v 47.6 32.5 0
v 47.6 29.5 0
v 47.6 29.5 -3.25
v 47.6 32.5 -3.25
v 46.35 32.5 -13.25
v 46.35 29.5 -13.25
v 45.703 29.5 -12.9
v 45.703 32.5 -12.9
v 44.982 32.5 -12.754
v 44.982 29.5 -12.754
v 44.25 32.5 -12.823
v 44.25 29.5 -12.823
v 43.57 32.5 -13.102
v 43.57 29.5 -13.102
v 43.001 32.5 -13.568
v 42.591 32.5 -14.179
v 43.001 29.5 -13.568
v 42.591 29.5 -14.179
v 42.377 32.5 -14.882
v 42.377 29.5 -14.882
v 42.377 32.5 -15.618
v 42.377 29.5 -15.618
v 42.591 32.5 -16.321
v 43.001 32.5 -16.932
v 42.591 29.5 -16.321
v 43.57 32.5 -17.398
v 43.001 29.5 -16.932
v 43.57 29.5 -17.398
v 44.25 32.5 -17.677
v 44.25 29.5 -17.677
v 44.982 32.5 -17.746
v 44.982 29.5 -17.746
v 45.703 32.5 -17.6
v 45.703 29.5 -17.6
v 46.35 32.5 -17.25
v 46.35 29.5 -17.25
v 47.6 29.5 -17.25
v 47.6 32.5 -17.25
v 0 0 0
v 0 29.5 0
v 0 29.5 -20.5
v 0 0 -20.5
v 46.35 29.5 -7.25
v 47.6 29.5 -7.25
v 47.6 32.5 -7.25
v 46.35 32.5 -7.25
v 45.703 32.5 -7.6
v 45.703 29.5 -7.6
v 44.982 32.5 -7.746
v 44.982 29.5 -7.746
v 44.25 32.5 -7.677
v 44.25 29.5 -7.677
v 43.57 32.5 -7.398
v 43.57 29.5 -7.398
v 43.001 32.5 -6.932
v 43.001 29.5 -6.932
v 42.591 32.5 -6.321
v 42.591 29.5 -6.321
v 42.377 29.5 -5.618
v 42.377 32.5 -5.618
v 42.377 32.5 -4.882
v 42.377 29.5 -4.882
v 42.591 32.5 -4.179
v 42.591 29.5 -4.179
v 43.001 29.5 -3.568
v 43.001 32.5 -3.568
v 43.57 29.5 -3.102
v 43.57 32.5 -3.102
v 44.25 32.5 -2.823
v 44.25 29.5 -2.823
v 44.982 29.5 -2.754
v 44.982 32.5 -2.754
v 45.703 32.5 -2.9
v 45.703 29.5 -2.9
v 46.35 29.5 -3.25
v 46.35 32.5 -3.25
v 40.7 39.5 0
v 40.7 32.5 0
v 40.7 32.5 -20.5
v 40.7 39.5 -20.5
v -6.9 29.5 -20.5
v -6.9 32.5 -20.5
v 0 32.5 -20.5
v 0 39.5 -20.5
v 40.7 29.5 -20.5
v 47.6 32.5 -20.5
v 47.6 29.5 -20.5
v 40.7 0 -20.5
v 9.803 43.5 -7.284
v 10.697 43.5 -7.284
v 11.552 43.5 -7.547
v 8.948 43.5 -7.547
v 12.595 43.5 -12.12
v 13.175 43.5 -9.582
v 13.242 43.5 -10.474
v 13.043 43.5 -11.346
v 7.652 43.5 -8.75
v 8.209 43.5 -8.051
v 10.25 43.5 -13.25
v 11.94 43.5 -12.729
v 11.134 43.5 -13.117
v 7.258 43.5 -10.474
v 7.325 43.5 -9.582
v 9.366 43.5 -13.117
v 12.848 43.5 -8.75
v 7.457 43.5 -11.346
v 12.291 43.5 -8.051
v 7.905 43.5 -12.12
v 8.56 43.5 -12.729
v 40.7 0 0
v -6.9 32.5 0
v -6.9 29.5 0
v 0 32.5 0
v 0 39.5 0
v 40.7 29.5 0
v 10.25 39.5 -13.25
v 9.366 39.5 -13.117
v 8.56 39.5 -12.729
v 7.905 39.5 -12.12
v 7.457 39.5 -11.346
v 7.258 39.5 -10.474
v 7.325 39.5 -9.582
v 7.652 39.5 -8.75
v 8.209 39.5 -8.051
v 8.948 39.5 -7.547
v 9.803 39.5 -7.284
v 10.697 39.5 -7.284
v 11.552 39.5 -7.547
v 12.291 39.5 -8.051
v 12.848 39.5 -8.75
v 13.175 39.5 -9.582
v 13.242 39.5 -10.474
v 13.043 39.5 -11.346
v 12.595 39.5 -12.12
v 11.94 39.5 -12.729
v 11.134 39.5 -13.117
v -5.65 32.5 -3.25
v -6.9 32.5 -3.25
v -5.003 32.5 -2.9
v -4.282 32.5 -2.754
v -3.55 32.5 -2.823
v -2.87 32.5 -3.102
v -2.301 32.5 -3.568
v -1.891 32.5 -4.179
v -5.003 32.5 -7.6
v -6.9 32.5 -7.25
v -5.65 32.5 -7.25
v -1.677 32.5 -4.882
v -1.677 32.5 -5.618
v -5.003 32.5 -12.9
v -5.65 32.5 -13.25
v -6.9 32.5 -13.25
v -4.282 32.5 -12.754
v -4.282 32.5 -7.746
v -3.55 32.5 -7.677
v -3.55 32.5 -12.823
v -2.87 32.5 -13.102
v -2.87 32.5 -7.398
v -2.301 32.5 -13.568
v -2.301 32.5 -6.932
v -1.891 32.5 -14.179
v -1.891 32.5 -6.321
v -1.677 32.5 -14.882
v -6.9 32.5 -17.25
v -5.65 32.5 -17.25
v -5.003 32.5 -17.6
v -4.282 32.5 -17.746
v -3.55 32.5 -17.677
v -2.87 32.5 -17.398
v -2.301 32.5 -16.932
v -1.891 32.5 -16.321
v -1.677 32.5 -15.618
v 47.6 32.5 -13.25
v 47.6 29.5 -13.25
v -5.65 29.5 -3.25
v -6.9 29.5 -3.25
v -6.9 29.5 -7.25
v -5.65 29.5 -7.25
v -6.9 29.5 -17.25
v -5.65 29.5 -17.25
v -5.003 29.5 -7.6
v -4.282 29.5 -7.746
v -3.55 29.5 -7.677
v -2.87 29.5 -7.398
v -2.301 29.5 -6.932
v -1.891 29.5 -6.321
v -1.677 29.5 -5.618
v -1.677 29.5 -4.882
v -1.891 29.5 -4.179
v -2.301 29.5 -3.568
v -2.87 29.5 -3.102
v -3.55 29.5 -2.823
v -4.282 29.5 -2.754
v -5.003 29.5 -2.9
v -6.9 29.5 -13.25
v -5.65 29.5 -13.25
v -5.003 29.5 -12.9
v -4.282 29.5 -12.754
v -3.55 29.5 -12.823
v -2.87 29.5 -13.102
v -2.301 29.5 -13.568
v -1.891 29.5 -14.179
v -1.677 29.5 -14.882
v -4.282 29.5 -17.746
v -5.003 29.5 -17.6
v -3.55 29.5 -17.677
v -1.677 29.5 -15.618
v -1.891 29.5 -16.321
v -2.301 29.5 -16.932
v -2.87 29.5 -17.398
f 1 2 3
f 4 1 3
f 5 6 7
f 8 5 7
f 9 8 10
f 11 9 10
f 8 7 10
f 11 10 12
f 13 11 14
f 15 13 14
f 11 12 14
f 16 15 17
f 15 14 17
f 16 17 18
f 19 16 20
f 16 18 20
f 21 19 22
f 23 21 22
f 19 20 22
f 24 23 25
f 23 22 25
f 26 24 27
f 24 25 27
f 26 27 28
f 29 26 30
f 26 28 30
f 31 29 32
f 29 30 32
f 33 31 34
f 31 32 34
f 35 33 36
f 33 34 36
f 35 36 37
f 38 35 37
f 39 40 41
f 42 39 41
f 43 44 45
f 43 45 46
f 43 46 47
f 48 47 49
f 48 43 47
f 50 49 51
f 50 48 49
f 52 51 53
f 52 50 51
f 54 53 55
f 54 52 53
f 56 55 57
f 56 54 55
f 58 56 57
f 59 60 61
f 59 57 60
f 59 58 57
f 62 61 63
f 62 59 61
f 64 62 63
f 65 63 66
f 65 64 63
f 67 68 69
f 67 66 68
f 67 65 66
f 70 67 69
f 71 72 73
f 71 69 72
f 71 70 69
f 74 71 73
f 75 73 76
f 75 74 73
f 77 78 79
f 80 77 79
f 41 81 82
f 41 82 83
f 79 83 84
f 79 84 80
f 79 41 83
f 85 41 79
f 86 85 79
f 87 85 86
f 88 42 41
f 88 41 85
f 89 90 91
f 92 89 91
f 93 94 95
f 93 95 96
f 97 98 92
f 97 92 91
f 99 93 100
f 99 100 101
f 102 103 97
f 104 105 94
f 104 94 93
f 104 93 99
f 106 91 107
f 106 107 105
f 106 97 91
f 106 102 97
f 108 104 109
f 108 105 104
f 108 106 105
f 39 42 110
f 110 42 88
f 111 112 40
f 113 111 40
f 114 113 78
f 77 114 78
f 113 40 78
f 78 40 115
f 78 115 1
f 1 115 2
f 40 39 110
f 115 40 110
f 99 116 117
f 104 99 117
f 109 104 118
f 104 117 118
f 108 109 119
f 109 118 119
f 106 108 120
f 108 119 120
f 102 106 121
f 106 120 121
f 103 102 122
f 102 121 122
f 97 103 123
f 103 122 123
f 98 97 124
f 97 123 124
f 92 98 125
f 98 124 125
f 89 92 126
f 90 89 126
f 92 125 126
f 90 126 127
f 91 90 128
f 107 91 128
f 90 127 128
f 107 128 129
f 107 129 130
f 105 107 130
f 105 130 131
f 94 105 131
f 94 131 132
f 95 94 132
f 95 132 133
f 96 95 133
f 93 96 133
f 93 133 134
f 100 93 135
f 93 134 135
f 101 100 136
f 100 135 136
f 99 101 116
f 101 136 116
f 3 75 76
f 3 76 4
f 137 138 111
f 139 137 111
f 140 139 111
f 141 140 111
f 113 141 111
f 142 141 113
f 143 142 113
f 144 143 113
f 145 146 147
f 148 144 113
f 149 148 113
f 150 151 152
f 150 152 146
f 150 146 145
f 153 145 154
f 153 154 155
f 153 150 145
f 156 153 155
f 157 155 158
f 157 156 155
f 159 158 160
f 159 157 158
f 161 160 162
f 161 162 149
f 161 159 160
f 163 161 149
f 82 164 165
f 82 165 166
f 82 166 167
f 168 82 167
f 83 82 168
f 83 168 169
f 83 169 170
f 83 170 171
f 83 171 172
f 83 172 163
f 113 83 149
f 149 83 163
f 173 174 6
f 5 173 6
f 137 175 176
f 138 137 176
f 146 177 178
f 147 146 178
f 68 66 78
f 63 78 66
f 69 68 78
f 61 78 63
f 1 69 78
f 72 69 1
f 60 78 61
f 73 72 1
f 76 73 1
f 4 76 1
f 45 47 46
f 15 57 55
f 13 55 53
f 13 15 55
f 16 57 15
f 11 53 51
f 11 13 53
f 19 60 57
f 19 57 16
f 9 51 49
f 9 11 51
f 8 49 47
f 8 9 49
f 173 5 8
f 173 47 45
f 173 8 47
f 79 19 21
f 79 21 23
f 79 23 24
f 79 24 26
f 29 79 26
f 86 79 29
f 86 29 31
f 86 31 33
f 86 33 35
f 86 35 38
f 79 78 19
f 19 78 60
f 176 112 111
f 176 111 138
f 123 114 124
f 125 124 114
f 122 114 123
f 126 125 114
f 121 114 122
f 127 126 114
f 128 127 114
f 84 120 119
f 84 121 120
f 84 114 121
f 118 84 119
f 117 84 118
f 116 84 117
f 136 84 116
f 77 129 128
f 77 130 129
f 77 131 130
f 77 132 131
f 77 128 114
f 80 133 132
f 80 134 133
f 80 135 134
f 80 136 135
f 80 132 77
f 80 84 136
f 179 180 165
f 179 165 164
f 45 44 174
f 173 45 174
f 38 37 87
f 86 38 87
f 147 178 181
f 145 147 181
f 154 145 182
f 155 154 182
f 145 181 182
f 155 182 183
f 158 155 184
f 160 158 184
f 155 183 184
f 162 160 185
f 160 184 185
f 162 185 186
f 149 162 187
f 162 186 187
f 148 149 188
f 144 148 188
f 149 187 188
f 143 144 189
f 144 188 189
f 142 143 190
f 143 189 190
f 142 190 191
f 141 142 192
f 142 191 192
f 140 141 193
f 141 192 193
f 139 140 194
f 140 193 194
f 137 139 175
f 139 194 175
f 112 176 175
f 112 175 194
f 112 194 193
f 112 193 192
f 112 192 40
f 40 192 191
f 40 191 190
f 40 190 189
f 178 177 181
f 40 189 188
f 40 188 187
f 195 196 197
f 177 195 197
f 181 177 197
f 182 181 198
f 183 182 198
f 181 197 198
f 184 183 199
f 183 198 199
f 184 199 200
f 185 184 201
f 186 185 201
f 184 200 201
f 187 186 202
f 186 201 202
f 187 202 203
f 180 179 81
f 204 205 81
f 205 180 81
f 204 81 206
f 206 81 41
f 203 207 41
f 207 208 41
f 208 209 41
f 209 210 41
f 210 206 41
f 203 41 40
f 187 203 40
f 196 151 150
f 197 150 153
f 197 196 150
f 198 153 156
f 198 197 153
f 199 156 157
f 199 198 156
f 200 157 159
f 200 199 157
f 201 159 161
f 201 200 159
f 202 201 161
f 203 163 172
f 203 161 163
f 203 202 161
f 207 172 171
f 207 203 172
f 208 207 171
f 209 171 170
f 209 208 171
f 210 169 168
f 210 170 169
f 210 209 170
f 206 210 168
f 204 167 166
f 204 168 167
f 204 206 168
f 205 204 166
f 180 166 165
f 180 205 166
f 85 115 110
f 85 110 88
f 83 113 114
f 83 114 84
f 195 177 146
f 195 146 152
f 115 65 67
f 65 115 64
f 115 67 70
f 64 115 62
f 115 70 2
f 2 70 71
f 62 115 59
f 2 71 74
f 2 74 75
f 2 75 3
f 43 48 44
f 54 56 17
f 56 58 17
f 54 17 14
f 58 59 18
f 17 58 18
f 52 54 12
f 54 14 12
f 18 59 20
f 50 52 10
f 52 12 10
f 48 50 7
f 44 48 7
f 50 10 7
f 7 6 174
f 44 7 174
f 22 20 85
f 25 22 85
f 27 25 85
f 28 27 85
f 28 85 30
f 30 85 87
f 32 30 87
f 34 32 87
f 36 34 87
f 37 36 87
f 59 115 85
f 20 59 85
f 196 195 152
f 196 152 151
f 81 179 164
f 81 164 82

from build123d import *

# Parameters (mm, degrees)
SKETCH1_W            = 40.7
SKETCH1_H            = 20.5
BOSS_EXTRUDE1_DEPTH  = 39.5
SKETCH2_R            = 3
BOSS_EXTRUDE2_DEPTH  = 4
SKETCH3_W            = 54.5
SKETCH3_H            = 20.5
BOSS_EXTRUDE3_DEPTH  = 3
CUT_EXTRUDE1_DEPTH   = 60.634386054
MIRROR2_COPY_1_DEPTH = 60.634386054


with BuildPart() as part:
    # Sketch1 → Boss-Extrude1 (new body)
    with BuildSketch(Plane(origin=(0, 0, 0), x_dir=(1, 0, 0), z_dir=(0, 1, 0))):
        with Locations((20.35, 10.25)):
            Rectangle(SKETCH1_W, SKETCH1_H)
    extrude(amount=BOSS_EXTRUDE1_DEPTH)

    # Sketch2 → Boss-Extrude2 (add)
    with BuildSketch(Plane(origin=(0, 39.5, 0), x_dir=(1, 0, 0), z_dir=(0, 1, 0))):
        with Locations(Location((10.25, 10.25, 0), (0, 0, 90))):
            Circle(SKETCH2_R)
    extrude(amount=BOSS_EXTRUDE2_DEPTH)

    # Sketch3 → Boss-Extrude3 (add)
    with BuildSketch(Plane(origin=(0, 29.5, 0), x_dir=(1, 0, 0), z_dir=(0, 1, 0))):
        with Locations((20.35, 10.25)):
            Rectangle(SKETCH3_W, SKETCH3_H)
    extrude(amount=BOSS_EXTRUDE3_DEPTH)

    # Sketch4 → Cut-Extrude1 (cut, through all)
    with BuildSketch(Plane(origin=(0, 29.5, 0), x_dir=(1, 0, 0), z_dir=(0, 1, 0))):
        with BuildLine():
            Line((-5.65, 17.25), (-6.9, 17.25))
            Line((-6.9, 17.25), (-6.9, 13.25))
            Line((-6.9, 13.25), (-5.65, 13.25))
            ThreePointArc((-5.65, 13.25), (-1.65, 15.25), (-5.65, 17.25))
        make_face()
    cut_extrude1 = extrude(amount=CUT_EXTRUDE1_DEPTH, mode=Mode.SUBTRACT)

    # Mirror1: Cut-Extrude1 across plane
    add(cut_extrude1.mirror(Plane(origin=(0, 0, -10.25), x_dir=(1, 0, 0), z_dir=(0, 0, -1))), mode=Mode.SUBTRACT)

    # Mirror2: Cut-Extrude1 across plane
    add(cut_extrude1.mirror(Plane(origin=(20.35, 0, 0), x_dir=(0, 0, 1), z_dir=(1, 0, 0))), mode=Mode.SUBTRACT)

    # Mirror2 copy 1 sketch → Mirror2 copy 1 (cut, through all)
    with BuildSketch(Plane(origin=(40.7, 29.5, -20.5), x_dir=(-1, 0, 0), z_dir=(0, 1, 0))):
        with BuildLine():
            Line((-5.65, 17.25), (-6.9, 17.25))
            Line((-6.9, 17.25), (-6.9, 13.25))
            Line((-6.9, 13.25), (-5.65, 13.25))
            ThreePointArc((-5.65, 13.25), (-1.65, 15.25), (-5.65, 17.25))
        make_face()
    extrude(amount=MIRROR2_COPY_1_DEPTH, mode=Mode.SUBTRACT)


solid = part.part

::::

» What the task asks:
Quote the listing above, but only from the line that shows "f 94 105 131" through the line that shows "f 83 169 170".

» Solution to the exercise:
f 94 105 131
f 94 131 132
f 95 94 132
f 95 132 133
f 96 95 133
f 93 96 133
f 93 133 134
f 100 93 135
f 93 134 135
f 101 100 136
f 100 135 136
f 99 101 116
f 101 136 116
f 3 75 76
f 3 76 4
f 137 138 111
f 139 137 111
f 140 139 111
f 141 140 111
f 113 141 111
f 142 141 113
f 143 142 113
f 144 143 113
f 145 146 147
f 148 144 113
f 149 148 113
f 150 151 152
f 150 152 146
f 150 146 145
f 153 145 154
f 153 154 155
f 153 150 145
f 156 153 155
f 157 155 158
f 157 156 155
f 159 158 160
f 159 157 158
f 161 160 162
f 161 162 149
f 161 159 160
f 163 161 149
f 82 164 165
f 82 165 166
f 82 166 167
f 168 82 167
f 83 82 168
f 83 168 169
f 83 169 170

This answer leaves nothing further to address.